(TASK PROMPT) Would you please return the lines of the entries below starting at the line that has "face PLANE(AX(P(70.25,-40,13),D(0,0,1),D(1,0,0))) [e49]" and ending at the line that has "-e45 -e60 -e25]", both included, exactly as they are?

(RECORDS TO USE)
===

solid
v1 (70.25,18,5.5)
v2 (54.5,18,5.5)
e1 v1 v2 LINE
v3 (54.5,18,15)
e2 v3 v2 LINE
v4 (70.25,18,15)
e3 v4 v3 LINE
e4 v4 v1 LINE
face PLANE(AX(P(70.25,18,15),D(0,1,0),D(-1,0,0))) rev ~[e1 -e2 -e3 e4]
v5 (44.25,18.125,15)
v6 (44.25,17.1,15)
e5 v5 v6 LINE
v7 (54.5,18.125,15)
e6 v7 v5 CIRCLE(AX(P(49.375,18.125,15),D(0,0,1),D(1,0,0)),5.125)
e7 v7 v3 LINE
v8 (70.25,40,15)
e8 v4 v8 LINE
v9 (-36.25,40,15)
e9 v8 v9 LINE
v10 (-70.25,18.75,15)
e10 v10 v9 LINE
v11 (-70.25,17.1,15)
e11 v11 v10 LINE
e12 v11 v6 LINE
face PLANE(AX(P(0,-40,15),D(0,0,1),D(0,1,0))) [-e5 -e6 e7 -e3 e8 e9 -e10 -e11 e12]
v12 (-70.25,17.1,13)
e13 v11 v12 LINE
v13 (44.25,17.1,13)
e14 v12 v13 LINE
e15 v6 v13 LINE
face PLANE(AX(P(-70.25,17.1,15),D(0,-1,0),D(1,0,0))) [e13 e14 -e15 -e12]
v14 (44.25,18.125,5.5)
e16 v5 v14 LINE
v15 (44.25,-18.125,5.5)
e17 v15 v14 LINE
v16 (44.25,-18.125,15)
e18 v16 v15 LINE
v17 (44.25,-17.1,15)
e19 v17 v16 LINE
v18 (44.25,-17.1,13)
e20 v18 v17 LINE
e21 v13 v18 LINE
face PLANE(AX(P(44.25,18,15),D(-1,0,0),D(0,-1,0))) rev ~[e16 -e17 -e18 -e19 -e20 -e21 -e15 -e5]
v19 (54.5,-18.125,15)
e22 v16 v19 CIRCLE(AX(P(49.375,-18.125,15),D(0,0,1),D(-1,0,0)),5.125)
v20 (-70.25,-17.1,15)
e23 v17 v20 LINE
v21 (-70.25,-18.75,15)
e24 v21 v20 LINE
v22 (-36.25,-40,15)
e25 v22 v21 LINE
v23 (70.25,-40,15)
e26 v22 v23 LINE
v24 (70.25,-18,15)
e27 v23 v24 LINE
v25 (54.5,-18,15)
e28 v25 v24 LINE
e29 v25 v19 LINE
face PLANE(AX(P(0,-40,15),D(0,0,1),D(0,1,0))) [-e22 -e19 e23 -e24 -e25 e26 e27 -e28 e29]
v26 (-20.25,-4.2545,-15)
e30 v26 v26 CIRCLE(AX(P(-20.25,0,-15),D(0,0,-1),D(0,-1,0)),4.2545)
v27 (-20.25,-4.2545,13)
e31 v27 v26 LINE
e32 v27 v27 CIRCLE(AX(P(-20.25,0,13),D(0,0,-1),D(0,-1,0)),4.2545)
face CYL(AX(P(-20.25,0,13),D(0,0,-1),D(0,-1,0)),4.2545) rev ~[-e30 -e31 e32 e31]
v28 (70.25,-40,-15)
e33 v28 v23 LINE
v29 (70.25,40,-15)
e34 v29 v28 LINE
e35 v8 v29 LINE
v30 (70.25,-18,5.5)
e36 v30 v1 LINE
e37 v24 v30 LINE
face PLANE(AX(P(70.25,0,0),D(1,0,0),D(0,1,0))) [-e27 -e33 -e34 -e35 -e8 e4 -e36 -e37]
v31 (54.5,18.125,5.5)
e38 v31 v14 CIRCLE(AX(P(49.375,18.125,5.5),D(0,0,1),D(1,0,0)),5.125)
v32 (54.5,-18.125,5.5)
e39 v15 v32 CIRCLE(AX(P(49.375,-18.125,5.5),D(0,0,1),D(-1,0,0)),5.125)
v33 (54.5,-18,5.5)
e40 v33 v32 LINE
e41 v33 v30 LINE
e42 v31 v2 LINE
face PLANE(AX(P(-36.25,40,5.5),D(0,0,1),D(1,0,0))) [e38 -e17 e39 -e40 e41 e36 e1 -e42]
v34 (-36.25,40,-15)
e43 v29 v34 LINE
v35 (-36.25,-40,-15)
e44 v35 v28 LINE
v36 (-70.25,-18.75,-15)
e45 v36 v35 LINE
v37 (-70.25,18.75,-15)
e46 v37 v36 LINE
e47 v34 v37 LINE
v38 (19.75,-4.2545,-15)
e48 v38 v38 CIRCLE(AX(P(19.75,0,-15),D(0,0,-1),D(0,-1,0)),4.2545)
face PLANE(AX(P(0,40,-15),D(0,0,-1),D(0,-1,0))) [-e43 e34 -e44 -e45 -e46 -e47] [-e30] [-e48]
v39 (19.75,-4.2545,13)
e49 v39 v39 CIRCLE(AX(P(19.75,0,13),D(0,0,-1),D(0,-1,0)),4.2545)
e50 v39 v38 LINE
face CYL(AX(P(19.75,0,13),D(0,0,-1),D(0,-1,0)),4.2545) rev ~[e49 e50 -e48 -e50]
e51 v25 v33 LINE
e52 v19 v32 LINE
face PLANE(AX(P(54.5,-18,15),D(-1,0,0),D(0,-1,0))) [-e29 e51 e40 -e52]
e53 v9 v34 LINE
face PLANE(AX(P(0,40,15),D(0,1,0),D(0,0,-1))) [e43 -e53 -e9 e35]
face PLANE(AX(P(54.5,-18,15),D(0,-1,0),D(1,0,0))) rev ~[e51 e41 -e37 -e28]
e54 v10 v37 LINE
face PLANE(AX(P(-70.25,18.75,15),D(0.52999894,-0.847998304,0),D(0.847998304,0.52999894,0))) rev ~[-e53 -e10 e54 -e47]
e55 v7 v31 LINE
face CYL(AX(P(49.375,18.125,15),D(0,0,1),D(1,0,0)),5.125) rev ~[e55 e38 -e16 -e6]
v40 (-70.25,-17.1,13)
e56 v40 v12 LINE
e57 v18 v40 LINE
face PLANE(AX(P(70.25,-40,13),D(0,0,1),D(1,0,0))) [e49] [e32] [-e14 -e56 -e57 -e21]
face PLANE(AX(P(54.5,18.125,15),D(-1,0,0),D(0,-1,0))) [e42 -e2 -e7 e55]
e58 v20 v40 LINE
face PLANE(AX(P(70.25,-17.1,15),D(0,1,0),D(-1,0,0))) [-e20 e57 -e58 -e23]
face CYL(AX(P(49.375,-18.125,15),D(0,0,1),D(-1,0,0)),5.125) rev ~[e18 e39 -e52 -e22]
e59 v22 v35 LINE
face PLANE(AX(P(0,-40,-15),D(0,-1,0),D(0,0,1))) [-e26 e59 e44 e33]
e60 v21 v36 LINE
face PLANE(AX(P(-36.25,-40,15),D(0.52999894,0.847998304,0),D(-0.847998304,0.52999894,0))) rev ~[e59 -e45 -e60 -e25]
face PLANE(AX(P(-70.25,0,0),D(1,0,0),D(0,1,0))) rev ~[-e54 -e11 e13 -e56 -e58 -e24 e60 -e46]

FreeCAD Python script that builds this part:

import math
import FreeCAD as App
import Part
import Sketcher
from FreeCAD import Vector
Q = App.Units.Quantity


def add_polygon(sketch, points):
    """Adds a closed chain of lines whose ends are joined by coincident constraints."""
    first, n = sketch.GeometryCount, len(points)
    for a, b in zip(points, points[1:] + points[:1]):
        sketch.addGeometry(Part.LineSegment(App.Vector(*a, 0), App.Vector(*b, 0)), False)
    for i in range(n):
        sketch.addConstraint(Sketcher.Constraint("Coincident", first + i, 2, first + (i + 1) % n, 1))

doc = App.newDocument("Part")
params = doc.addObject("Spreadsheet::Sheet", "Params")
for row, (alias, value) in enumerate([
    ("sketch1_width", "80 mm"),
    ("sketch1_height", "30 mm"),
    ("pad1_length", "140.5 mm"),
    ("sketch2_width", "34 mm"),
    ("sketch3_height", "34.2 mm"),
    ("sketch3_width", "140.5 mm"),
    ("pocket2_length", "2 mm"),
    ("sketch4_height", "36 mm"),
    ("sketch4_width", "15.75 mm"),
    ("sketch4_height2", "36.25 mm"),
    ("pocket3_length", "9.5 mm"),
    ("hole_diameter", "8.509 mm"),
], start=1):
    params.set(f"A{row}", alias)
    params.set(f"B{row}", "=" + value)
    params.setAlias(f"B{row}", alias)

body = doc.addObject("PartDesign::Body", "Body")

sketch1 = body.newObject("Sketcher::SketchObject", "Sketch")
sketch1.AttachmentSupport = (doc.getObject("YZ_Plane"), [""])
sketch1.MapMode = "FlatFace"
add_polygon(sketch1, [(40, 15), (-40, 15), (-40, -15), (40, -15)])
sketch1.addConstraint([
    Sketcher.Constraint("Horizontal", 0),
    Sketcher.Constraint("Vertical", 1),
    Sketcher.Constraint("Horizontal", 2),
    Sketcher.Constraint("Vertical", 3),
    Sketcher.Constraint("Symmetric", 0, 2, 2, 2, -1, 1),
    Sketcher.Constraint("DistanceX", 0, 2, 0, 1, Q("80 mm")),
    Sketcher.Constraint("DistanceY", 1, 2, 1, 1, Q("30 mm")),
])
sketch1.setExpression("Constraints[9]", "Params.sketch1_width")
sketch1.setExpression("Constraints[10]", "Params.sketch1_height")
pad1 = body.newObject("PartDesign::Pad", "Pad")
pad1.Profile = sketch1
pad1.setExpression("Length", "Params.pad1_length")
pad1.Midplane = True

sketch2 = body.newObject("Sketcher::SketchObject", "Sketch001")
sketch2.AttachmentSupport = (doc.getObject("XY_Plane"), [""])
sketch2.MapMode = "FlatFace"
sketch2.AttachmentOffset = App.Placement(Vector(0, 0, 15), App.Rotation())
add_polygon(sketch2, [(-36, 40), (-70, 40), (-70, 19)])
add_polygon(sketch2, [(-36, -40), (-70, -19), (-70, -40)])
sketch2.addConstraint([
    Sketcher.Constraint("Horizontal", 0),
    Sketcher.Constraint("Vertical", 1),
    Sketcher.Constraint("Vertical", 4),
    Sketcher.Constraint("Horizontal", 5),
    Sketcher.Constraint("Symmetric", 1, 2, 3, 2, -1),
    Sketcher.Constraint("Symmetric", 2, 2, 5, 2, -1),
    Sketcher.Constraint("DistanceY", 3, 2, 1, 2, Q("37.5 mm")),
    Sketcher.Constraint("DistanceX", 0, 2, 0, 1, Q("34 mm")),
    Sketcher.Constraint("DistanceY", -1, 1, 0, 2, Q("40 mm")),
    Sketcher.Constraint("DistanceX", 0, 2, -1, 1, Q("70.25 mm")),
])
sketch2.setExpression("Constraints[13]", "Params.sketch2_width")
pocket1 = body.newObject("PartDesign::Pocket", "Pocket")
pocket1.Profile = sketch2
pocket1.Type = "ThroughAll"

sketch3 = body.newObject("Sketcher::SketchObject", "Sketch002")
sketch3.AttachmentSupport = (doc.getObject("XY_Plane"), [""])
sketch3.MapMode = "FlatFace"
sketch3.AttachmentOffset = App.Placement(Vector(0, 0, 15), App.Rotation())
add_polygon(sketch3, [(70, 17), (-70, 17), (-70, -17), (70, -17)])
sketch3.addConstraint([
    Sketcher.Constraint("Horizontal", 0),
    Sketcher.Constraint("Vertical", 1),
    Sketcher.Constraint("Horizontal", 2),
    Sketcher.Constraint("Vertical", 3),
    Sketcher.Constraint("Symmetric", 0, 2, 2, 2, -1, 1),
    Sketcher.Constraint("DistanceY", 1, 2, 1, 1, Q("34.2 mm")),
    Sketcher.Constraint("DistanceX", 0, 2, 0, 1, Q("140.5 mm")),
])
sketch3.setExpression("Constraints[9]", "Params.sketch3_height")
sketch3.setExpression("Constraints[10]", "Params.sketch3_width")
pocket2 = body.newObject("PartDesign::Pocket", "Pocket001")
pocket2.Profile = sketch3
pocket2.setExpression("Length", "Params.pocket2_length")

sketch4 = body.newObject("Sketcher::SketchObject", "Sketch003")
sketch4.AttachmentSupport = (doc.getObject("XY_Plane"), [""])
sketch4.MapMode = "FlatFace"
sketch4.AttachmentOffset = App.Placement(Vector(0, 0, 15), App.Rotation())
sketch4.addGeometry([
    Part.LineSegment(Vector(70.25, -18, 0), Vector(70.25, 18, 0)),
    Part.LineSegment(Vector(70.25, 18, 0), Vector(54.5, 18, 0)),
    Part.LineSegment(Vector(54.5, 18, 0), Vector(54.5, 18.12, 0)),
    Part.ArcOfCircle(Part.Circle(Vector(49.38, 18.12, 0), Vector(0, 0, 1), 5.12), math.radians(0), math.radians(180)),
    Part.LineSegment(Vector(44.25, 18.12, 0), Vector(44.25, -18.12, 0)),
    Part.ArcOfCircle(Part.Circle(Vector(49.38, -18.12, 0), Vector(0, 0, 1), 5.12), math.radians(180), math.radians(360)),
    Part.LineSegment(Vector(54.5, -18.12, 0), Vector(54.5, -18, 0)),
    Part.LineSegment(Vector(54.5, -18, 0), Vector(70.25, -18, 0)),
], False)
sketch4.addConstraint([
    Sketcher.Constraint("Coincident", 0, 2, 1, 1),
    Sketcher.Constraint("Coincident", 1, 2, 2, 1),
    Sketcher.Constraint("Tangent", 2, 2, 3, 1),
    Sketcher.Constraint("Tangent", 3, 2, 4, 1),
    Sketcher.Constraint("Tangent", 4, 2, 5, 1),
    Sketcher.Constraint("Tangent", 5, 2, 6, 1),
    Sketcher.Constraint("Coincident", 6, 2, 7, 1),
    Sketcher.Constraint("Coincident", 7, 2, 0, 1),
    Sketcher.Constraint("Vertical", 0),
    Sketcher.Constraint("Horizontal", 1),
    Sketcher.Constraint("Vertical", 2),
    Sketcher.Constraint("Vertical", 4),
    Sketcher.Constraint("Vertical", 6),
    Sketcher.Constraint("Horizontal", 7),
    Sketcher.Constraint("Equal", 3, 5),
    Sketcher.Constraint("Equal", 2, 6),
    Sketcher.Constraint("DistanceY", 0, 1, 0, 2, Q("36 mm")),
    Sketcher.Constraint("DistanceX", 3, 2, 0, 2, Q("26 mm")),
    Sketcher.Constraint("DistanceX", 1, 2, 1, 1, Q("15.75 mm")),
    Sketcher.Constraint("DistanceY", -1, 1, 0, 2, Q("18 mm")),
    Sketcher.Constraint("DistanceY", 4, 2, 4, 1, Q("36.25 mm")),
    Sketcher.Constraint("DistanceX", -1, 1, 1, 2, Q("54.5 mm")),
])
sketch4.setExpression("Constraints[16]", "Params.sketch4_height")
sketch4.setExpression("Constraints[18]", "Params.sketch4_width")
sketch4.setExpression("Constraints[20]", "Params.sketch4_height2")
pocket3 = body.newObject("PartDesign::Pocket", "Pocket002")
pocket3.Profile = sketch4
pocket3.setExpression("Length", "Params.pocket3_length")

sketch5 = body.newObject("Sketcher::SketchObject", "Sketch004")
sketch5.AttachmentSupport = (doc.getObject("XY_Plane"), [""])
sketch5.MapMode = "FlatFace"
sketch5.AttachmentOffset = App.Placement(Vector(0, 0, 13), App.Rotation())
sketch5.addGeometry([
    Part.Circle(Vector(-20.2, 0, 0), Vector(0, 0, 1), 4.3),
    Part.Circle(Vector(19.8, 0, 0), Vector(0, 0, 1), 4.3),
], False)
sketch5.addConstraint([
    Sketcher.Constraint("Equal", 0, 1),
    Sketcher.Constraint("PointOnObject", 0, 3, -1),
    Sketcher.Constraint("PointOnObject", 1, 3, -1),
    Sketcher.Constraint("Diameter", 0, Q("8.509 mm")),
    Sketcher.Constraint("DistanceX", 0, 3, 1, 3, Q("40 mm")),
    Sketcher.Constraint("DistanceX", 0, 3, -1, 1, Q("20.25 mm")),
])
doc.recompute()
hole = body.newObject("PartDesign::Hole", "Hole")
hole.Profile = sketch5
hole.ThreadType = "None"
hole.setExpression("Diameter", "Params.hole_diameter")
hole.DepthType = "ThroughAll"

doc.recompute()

===

(SOLUTION TO THIS EXERCISE)
face PLANE(AX(P(70.25,-40,13),D(0,0,1),D(1,0,0))) [e49] [e32] [-e14 -e56 -e57 -e21]
face PLANE(AX(P(54.5,18.125,15),D(-1,0,0),D(0,-1,0))) [e42 -e2 -e7 e55]
e58 v20 v40 LINE
face PLANE(AX(P(70.25,-17.1,15),D(0,1,0),D(-1,0,0))) [-e20 e57 -e58 -e23]
face CYL(AX(P(49.375,-18.125,15),D(0,0,1),D(-1,0,0)),5.125) rev ~[e18 e39 -e52 -e22]
e59 v22 v35 LINE
face PLANE(AX(P(0,-40,-15),D(0,-1,0),D(0,0,1))) [-e26 e59 e44 e33]
e60 v21 v36 LINE
face PLANE(AX(P(-36.25,-40,15),D(0.52999894,0.847998304,0),D(-0.847998304,0.52999894,0))) rev ~[e59 -e45 -e60 -e25]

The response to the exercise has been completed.